(RECORDS FOR THIS EXERCISE begins)
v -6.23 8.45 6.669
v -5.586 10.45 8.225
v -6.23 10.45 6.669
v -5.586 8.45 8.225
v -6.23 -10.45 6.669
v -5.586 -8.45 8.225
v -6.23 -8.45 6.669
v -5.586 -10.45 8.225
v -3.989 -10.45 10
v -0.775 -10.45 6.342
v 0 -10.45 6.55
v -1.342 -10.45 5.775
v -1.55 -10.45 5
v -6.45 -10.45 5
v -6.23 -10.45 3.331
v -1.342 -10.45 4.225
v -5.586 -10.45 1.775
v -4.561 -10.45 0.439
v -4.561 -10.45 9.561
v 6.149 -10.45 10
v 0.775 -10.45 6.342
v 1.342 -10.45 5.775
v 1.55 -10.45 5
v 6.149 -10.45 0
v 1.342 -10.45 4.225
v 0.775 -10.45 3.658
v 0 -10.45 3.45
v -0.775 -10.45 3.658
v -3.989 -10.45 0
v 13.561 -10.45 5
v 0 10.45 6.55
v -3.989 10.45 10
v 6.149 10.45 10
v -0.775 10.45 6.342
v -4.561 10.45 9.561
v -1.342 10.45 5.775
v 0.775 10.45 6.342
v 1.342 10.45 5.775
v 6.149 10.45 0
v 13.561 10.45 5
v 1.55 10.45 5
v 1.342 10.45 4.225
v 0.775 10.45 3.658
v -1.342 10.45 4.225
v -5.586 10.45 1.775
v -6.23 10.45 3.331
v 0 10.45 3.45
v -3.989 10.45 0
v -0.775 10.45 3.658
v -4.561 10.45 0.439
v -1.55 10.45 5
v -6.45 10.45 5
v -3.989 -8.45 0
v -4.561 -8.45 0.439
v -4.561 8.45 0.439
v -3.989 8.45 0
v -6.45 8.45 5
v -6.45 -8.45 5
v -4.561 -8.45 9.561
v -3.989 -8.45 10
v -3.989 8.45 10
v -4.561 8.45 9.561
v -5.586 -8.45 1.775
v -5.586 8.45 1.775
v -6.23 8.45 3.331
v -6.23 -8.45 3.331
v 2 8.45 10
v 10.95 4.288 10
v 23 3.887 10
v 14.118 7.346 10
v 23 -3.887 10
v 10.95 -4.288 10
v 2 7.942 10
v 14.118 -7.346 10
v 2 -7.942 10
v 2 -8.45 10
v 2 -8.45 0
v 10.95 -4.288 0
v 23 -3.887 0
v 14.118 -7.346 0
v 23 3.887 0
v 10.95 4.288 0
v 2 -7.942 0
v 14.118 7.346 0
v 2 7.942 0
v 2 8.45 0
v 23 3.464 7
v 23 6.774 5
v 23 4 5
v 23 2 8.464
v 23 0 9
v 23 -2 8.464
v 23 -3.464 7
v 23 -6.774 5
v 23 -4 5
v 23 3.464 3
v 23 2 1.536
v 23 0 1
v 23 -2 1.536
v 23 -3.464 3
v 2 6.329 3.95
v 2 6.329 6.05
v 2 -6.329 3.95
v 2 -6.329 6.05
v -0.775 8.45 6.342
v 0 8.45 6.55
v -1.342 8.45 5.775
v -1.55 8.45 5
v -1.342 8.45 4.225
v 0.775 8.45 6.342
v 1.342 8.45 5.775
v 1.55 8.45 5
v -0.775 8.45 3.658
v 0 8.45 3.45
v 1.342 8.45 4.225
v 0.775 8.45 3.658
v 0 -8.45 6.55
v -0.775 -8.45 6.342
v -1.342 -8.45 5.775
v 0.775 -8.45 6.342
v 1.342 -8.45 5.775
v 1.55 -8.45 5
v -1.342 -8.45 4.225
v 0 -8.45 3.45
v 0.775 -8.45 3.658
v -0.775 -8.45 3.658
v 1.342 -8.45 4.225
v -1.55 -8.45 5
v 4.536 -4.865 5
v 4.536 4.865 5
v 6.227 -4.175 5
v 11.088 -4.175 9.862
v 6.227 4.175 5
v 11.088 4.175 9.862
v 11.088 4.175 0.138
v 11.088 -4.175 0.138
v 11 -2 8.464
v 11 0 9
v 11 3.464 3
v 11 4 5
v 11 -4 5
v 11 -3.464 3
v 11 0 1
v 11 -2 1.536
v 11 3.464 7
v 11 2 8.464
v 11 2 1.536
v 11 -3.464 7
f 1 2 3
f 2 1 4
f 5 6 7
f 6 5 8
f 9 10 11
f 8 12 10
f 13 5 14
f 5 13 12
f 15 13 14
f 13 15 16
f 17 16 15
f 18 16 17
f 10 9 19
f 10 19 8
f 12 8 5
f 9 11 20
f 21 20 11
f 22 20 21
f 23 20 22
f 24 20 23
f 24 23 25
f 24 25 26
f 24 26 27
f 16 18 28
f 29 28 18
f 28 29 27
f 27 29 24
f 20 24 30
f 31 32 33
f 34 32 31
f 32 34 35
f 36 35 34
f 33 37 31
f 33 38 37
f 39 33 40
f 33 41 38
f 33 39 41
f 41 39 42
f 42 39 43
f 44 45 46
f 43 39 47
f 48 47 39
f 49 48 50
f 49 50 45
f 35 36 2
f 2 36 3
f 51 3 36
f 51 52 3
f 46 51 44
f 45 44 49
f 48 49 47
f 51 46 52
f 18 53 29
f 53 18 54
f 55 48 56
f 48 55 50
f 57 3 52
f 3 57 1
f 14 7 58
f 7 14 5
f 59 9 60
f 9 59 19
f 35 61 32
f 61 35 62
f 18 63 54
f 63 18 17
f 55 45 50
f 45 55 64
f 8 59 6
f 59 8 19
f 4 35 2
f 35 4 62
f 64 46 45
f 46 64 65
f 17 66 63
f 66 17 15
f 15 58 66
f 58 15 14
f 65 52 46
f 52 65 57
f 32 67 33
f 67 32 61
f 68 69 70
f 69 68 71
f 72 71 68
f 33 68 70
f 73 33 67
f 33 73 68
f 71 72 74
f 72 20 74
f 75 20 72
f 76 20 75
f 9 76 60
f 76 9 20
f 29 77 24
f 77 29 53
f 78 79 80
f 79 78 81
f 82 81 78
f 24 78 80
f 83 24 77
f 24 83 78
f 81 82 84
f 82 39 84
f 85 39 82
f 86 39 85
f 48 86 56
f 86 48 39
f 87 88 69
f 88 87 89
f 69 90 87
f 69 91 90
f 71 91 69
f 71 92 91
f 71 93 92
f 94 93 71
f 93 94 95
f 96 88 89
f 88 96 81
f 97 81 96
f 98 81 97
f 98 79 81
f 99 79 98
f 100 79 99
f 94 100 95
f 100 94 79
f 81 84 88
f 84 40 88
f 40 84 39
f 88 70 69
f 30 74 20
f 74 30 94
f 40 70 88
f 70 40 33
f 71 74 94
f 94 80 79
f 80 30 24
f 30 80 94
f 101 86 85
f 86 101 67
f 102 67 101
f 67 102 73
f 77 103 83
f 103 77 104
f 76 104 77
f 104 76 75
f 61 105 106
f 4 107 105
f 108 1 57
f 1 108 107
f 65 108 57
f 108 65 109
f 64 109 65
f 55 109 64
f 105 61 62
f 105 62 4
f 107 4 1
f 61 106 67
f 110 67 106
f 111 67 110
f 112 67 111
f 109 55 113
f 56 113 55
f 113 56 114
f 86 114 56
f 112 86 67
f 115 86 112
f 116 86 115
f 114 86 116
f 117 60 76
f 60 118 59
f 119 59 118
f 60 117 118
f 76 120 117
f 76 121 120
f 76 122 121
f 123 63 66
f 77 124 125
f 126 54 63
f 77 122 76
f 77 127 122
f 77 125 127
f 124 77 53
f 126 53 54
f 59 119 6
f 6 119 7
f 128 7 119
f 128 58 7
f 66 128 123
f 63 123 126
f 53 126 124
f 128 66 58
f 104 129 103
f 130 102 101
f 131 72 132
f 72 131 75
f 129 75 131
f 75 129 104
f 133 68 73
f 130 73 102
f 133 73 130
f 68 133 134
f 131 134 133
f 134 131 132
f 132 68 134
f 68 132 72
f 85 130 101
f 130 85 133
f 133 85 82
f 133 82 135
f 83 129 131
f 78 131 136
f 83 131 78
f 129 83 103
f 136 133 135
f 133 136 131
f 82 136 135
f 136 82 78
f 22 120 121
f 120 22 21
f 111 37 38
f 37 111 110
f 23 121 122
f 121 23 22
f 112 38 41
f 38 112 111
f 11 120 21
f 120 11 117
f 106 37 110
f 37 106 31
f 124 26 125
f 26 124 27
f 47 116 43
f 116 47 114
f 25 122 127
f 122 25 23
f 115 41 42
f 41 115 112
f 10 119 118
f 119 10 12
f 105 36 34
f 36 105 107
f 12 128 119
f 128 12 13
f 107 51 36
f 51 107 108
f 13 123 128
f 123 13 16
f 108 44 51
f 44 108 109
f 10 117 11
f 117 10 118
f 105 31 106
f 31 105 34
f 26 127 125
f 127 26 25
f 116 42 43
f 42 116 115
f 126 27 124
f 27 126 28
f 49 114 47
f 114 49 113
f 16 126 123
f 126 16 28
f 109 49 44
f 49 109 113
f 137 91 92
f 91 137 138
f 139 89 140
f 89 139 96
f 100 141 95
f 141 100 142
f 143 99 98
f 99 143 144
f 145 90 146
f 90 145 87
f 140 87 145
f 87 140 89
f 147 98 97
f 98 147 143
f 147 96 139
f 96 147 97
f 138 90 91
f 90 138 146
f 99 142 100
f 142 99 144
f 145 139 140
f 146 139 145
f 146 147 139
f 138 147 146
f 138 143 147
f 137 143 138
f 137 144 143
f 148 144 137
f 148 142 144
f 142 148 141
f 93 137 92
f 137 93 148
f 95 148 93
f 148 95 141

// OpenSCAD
// these jaws should be printed individually for carbon fiber
h = 10;
r = h/2 / cos(30) + 1;
co = 16.9;		// attachment thickness
mt = 4;		// mount thickness

module jaws() {
  difference() {
    union() {
      intersection () {
        rotate([90, 0, 0]) cylinder(r = co / 2 - mt / 2, h = co + mt, center=true, $fn=24);
        translate([-4, 0, 0]) cube([20, 24, h], center=true);
      }
      intersection() {
        translate([10, 0, 0]) cube([26, co + mt, h], center=true);
        translate([10, 0, 0]) rotate([0, 90, 0]) rotate([0, 0, 30])
          cylinder(r1=co, r2=r, h=26, center=true, $fn=6);
      }
    } 
    translate([-4.5, 0, 0]) cube([h + 3, co, h + 3], center=true);
    translate([-1.5, 0, 0]) rotate([0, 0, 30])
      cylinder(r=co / 2 - 0.1, h=10, center=true, $fn=6);
    translate([0, 0, 4]) rotate([0, 45, 0])
      rotate([0, 0, 30]) cylinder(r=co / 2 - 0.1, h = co, center=true, $fn=6);
    translate([0, 0, -4]) rotate([0, -45, 0])
      rotate([0, 0, 30]) cylinder(r=co / 2 - 0.1, h = co, center=true, $fn=6);
    rotate([90, 0, 0]) cylinder(r=1.55, h=40, center=true, $fn=12);
    translate([21, 0, 0]) rotate([0, 90, 0])
      cylinder(r=4, h=20, center=true, $fn=12); 
  }
}

translate([0, 0, h/2]) jaws();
(RECORDS FOR THIS EXERCISE ends)
(EXERCISE): Up to and including the line with "v 1.342 10.45 4.225", please return the records exactly, beginning from their first line.

(YOUR SOLUTION):
v -6.23 8.45 6.669
v -5.586 10.45 8.225
v -6.23 10.45 6.669
v -5.586 8.45 8.225
v -6.23 -10.45 6.669
v -5.586 -8.45 8.225
v -6.23 -8.45 6.669
v -5.586 -10.45 8.225
v -3.989 -10.45 10
v -0.775 -10.45 6.342
v 0 -10.45 6.55
v -1.342 -10.45 5.775
v -1.55 -10.45 5
v -6.45 -10.45 5
v -6.23 -10.45 3.331
v -1.342 -10.45 4.225
v -5.586 -10.45 1.775
v -4.561 -10.45 0.439
v -4.561 -10.45 9.561
v 6.149 -10.45 10
v 0.775 -10.45 6.342
v 1.342 -10.45 5.775
v 1.55 -10.45 5
v 6.149 -10.45 0
v 1.342 -10.45 4.225
v 0.775 -10.45 3.658
v 0 -10.45 3.45
v -0.775 -10.45 3.658
v -3.989 -10.45 0
v 13.561 -10.45 5
v 0 10.45 6.55
v -3.989 10.45 10
v 6.149 10.45 10
v -0.775 10.45 6.342
v -4.561 10.45 9.561
v -1.342 10.45 5.775
v 0.775 10.45 6.342
v 1.342 10.45 5.775
v 6.149 10.45 0
v 13.561 10.45 5
v 1.55 10.45 5
v 1.342 10.45 4.225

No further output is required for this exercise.